Well, two concurrent changes to the same property is basically a race condition and that can't be cleanly resolved in an automated way. You either pick a winner or you do manual merging like Git, but I guess in applications of such data structures you don't want to do anything manually.


Within a string, most CRDTs will keep both changes effectively concatenating them.

If you have something like a Int value and need to handle it more gracefully in your application than the arbitrary selection by the CRDT toolkit you can keep it within an array/list and then handle the merging yourself. So it starts off as [10], each user when changing it would delete the value and append a new one.
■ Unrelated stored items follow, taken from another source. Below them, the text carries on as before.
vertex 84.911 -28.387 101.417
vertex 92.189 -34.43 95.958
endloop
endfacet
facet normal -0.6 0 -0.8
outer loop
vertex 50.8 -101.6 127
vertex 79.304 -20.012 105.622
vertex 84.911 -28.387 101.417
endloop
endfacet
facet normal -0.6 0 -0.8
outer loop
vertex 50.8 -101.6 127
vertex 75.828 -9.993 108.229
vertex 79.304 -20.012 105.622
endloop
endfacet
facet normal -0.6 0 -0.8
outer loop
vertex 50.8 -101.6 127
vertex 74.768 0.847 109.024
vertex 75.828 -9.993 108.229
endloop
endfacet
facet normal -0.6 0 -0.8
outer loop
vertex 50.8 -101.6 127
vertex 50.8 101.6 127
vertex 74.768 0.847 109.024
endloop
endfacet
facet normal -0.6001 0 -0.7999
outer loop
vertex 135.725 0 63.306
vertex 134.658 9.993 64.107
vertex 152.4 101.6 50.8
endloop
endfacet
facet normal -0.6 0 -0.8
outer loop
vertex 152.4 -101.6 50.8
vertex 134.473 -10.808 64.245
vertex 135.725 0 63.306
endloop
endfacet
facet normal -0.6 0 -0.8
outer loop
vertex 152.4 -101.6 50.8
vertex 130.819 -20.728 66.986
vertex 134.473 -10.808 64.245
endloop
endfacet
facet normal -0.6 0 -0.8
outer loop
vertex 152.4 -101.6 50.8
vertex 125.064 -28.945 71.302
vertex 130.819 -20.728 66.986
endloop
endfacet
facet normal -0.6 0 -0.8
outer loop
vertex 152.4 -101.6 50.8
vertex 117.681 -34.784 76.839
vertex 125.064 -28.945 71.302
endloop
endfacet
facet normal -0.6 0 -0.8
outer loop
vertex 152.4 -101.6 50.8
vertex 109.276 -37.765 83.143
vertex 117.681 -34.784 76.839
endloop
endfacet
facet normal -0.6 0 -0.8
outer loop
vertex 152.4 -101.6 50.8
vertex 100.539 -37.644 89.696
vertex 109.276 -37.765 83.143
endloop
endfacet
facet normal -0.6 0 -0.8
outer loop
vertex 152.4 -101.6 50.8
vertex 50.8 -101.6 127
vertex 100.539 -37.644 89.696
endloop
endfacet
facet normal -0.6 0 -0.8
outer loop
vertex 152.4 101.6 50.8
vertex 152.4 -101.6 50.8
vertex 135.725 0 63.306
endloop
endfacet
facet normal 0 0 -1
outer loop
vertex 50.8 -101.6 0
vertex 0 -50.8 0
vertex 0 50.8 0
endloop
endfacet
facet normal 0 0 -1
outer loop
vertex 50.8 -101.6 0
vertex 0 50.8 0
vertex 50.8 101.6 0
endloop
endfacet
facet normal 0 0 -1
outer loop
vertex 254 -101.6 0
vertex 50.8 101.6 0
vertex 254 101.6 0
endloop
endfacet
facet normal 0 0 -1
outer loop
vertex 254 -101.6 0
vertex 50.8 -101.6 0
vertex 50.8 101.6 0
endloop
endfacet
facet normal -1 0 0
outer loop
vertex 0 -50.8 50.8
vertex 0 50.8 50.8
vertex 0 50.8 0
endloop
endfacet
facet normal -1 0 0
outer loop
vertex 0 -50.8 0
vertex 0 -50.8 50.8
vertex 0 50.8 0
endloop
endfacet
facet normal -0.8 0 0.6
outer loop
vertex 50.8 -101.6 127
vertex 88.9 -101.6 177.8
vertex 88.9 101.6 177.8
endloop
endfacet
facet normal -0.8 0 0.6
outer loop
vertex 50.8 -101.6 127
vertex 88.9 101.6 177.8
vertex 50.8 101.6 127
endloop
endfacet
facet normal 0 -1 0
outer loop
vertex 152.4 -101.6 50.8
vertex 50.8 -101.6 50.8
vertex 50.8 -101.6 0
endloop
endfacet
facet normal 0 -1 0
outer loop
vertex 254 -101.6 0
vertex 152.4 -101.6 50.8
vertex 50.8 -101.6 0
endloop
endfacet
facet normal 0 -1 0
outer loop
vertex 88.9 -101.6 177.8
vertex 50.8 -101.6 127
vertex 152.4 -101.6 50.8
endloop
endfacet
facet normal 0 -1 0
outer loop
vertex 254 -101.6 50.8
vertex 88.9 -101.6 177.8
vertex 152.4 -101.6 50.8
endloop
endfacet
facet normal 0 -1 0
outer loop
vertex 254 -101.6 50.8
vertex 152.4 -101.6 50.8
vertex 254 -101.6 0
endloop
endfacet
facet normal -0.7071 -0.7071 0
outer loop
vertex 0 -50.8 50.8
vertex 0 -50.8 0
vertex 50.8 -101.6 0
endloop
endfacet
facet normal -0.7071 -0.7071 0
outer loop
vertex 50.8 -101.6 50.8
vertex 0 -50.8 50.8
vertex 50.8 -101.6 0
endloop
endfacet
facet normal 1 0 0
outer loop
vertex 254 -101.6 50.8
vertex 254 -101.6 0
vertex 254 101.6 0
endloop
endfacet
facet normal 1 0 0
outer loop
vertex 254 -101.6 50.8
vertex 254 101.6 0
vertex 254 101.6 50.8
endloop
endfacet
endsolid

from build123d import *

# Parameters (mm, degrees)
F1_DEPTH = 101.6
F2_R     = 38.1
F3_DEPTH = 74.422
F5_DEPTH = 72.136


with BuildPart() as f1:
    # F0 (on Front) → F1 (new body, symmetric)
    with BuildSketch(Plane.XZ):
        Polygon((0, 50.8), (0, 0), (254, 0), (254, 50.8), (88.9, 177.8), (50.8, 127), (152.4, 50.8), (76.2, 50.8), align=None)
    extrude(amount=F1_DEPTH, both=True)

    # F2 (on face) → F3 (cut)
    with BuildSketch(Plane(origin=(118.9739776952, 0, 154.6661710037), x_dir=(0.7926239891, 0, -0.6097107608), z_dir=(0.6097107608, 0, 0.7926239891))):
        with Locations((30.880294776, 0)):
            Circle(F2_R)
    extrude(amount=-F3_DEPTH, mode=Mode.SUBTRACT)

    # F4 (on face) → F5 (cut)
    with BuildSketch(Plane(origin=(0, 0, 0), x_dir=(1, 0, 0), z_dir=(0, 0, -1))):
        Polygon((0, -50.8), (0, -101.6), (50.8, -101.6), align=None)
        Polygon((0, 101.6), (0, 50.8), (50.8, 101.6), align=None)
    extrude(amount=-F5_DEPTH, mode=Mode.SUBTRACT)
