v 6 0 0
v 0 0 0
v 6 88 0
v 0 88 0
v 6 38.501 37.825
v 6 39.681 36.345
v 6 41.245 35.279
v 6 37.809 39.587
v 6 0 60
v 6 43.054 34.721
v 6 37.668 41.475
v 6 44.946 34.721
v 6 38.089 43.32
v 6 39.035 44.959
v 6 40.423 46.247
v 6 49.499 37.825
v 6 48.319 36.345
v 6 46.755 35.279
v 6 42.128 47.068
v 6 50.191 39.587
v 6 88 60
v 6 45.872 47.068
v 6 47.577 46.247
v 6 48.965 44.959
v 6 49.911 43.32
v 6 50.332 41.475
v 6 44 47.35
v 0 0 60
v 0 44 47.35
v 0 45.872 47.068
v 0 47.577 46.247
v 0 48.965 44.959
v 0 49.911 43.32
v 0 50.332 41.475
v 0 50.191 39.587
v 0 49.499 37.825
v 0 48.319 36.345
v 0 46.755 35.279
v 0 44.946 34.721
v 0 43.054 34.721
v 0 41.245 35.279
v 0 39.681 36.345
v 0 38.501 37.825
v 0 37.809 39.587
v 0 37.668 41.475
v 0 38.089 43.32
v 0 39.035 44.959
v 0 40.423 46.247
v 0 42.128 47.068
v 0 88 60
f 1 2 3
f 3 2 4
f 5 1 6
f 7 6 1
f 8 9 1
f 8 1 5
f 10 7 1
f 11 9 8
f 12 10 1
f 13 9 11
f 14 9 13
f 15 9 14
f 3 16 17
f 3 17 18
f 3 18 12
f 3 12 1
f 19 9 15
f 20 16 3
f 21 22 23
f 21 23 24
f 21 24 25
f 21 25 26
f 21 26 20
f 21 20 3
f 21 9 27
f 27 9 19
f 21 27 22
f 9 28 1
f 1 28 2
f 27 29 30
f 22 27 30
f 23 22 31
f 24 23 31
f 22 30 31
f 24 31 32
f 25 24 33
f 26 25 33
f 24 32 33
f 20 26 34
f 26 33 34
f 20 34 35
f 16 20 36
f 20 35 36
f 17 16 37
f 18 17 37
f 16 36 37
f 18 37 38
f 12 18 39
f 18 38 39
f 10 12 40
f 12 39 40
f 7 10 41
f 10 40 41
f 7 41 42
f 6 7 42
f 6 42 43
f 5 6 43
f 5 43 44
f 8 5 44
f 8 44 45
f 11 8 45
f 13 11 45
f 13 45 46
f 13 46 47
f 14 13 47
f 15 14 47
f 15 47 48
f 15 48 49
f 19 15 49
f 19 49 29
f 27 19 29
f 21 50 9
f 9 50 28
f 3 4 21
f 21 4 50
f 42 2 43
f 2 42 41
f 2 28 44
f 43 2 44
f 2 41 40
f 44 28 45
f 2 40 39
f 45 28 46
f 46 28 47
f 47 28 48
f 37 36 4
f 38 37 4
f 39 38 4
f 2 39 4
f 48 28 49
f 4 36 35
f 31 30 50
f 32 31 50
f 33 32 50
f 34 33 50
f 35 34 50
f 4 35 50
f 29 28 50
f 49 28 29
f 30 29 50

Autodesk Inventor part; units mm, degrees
ref_plane "YZ Plane" through (0, 0, 0) normal (1, 0, 0) x (0, 1, 0)
ref_plane "XZ Plane" through (0, 0, 0) normal (0, 1, 0) x (-1, 0, 0)
ref_plane "XY Plane" through (0, 0, 0) normal (0, 0, 1) x (1, 0, 0)
sketch "Sketch1" plane through (0, 0, 0) normal (1, 0, 0) x (0, 1, 0)
  line L0 (0, 0) -> (88, 0)
  line L1 (88, 0) -> (88, 60)
  line L2 (88, 60) -> (0, 60)
  line L3 (0, 60) -> (0, 0)
  dimension "d0" = 88
  dimension "d1" = 60
extrude "Extrusion1" add sketch "Sketch1" along normal blind 6
sketch "Sketch2" plane through (0, 0, 0) normal (-1, 0, 0) x (0, 0, 1)
  line L0 (60, 0) -> (0, 0) projected
  line L1 (0, 0) -> (0, 88) projected
  circle A0 centre (41, 44) radius 6.35
  dimension "d4" = 44
  dimension "d5" = 41
  dimension "d6" = 12.7
extrude "Extrusion2" cut sketch "Sketch2" against normal blind 6
properties part number "motor_base"
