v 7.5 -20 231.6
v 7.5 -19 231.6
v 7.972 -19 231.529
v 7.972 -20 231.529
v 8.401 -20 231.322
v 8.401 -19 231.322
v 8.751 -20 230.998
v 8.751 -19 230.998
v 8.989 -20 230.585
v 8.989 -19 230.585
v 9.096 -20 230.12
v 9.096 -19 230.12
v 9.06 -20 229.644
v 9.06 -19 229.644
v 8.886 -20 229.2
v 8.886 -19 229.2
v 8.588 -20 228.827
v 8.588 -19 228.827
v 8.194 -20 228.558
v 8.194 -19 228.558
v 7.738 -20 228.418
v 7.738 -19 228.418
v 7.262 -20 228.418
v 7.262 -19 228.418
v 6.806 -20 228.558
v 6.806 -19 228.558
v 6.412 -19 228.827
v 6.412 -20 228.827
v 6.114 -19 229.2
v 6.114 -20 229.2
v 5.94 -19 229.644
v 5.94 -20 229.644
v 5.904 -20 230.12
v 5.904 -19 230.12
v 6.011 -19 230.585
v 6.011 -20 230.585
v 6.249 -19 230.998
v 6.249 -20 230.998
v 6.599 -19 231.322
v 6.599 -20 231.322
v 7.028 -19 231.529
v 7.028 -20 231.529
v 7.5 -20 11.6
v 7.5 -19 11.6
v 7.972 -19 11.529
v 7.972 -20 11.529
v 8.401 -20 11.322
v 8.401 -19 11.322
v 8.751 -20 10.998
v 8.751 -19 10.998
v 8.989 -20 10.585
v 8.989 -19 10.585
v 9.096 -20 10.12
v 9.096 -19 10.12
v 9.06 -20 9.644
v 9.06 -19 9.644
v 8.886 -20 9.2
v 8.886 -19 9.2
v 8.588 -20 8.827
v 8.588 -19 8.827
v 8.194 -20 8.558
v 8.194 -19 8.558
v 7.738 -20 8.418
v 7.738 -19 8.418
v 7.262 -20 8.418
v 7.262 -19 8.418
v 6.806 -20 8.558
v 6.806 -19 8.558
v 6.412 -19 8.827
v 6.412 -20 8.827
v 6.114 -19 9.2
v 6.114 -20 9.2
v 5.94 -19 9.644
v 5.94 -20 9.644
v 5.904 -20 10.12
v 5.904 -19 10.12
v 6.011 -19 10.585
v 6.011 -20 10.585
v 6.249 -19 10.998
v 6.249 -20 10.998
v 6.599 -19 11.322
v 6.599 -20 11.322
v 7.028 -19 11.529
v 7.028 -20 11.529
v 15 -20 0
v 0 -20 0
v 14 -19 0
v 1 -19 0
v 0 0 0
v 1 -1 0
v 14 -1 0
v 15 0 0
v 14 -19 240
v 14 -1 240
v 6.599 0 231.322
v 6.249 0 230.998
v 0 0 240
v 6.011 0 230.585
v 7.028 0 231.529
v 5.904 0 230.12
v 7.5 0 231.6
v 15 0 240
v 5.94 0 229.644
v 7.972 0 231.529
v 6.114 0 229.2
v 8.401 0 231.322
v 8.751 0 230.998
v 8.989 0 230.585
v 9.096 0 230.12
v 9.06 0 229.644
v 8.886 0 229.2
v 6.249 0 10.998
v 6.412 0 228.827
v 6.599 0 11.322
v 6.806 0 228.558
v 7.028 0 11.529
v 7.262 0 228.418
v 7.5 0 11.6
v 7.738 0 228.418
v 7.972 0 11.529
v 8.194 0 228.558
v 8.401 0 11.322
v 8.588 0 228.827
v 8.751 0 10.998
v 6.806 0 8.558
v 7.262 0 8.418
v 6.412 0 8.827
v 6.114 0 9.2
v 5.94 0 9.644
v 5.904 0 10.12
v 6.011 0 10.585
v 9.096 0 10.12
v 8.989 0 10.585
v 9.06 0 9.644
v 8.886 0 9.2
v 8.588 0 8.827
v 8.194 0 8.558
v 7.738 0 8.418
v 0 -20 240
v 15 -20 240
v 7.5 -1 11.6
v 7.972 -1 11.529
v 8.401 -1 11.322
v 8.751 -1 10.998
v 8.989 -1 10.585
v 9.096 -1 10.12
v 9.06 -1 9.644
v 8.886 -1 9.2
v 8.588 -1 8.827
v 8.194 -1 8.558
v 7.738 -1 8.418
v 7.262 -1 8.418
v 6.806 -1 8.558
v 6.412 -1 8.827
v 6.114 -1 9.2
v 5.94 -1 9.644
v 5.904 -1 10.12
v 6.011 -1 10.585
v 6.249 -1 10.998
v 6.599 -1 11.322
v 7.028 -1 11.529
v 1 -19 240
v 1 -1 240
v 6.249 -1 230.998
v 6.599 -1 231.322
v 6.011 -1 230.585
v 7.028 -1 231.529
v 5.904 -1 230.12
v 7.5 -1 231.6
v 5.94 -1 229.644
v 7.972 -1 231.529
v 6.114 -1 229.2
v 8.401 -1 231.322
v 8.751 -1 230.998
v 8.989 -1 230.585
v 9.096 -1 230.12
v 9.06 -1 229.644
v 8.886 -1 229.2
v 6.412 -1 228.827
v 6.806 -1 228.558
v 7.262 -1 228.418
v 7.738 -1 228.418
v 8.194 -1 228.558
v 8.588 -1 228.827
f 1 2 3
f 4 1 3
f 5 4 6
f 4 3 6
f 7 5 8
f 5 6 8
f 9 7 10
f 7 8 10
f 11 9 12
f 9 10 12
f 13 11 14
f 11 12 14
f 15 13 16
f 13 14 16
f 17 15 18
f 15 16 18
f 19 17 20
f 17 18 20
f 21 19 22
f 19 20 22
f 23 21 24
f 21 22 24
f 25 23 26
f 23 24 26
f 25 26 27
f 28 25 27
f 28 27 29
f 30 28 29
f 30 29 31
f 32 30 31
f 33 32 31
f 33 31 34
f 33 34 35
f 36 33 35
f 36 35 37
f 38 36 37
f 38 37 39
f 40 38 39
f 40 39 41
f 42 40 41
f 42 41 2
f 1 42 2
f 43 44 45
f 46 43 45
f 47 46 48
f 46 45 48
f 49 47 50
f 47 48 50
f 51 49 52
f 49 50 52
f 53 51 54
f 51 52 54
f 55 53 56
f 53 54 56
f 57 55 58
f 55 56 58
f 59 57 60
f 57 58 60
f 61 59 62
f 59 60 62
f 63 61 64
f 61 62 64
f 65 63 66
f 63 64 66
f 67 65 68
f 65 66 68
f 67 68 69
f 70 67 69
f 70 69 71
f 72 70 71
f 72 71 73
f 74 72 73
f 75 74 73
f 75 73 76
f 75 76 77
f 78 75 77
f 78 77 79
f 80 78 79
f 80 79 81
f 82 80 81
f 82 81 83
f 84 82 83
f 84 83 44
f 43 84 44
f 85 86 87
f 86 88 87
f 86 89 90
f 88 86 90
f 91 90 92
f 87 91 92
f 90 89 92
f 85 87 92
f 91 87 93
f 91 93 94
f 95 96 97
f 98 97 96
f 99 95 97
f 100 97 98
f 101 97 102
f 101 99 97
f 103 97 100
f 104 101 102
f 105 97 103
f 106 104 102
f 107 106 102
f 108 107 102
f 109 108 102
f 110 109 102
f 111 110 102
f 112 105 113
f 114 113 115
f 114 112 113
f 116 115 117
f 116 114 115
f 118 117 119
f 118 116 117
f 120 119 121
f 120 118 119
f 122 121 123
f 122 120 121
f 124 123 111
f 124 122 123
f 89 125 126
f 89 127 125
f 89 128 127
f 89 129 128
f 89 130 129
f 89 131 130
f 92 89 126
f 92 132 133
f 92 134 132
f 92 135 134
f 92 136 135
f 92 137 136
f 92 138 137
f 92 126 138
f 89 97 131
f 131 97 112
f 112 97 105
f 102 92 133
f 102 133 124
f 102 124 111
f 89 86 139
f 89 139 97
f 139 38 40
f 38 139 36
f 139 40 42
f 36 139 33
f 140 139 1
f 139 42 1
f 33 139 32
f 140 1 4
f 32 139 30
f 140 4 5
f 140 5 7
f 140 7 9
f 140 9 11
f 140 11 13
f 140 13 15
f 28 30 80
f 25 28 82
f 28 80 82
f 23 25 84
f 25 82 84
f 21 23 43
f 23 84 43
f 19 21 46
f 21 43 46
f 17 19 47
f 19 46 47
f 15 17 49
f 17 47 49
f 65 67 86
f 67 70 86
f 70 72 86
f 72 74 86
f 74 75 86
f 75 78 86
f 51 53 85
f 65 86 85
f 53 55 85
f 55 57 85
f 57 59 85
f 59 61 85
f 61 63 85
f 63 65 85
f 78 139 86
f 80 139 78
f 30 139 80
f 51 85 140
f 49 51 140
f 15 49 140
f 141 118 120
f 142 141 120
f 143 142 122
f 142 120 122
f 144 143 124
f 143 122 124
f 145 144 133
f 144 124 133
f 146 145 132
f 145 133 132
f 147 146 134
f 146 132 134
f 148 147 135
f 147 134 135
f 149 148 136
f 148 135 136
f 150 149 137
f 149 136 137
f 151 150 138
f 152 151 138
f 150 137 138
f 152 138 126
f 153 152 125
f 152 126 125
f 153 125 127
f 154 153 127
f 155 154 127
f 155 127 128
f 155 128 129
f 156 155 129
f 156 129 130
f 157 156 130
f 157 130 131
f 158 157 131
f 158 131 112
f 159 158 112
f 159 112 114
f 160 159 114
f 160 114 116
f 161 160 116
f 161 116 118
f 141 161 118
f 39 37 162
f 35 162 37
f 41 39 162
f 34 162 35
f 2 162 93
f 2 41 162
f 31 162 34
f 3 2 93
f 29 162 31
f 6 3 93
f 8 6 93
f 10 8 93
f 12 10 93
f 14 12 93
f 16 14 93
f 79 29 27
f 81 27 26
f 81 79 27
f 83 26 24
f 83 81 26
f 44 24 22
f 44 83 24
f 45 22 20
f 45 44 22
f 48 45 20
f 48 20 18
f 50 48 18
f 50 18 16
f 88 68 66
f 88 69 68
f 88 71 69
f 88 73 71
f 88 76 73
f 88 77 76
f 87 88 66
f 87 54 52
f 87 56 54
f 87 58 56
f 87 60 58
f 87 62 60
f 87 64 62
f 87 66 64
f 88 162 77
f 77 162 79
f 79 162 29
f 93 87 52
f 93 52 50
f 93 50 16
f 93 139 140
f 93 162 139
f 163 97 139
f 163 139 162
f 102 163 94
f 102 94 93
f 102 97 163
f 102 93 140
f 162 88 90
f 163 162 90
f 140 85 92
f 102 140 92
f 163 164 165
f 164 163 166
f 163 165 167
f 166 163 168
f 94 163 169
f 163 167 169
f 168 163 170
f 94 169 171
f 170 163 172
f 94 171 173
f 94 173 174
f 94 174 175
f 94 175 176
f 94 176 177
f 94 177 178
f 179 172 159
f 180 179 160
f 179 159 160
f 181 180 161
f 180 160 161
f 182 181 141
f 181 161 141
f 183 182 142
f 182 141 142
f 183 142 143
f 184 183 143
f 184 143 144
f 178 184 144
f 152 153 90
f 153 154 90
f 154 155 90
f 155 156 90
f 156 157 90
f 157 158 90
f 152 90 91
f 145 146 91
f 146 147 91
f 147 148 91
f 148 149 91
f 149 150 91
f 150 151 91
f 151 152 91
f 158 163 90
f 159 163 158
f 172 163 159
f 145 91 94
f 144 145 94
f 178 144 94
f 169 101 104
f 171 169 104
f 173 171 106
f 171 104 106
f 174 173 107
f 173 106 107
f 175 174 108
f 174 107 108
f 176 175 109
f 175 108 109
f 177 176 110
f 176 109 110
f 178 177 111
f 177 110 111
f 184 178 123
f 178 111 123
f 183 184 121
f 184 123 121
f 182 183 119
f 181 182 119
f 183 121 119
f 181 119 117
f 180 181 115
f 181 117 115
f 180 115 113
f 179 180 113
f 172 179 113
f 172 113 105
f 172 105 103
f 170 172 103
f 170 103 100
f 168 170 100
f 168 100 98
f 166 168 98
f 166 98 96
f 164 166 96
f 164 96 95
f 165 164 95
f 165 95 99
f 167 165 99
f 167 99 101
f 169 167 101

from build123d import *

# Parameters (mm, degrees)
SKETCH_1_W          = 15
SKETCH_1_H          = 20
SKETCH_1_W_2        = 13
SKETCH_1_H_2        = 18
EXTRUDE_1_DEPTH     = 240
SKETCH_3_R          = 1.6
CUT_EXTRUDE_2_DEPTH = 242.29857024


with BuildPart() as part:
    # 草图1 → 拉伸-薄壁1 (new body)
    with BuildSketch(Plane.XY):
        with Locations((7.5, -10)):
            Rectangle(SKETCH_1_W, SKETCH_1_H)
        with Locations((7.5, -10)):
            Rectangle(SKETCH_1_W_2, SKETCH_1_H_2, mode=Mode.SUBTRACT)
    extrude(amount=EXTRUDE_1_DEPTH)

    # 草图3 → 切除-拉伸2 (cut, through all)
    with BuildSketch(Plane(origin=(0, 0, 0), x_dir=(1, 0, 0), z_dir=(0, 1, 0))):
        with Locations(Location((7.5, -10, 0), (0, 0, 270))):
            Circle(SKETCH_3_R)
        with Locations(Location((7.5, -230, 0), (0, 0, 270))):
            Circle(SKETCH_3_R)
    extrude(amount=-CUT_EXTRUDE_2_DEPTH, mode=Mode.SUBTRACT)


solid = part.part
That way if you have two users simultaneously change it, one to [15] and the other to [5]. The resulting synced value would be [15,5], you can then handle how to combine the values yourself (addition, average, etc) in a determinist way.

I haven't looked into it but some CRDT toolkits may store Ints by keeping track of changes to it, but the above allows you to do it yourself.


No, this is not the way. The proper way to handle it is that each client trying to update the property tries to get a write lock on it; that write lock has to wait for any other write lock to complete, and if it can't get a lock it needs to let the client know it failed to update. At a bare minimum this is what has to happen to maintain any kind of data integrity.

But by all means, if you think it's basically a race condition any time you have ten clients trying to update the same row in a database and you don't care which one wins, you should be able to write a very compelling and unusual poker website.


You've posted a lot of negative comments but seem to not understand or have any experience with CRDTs.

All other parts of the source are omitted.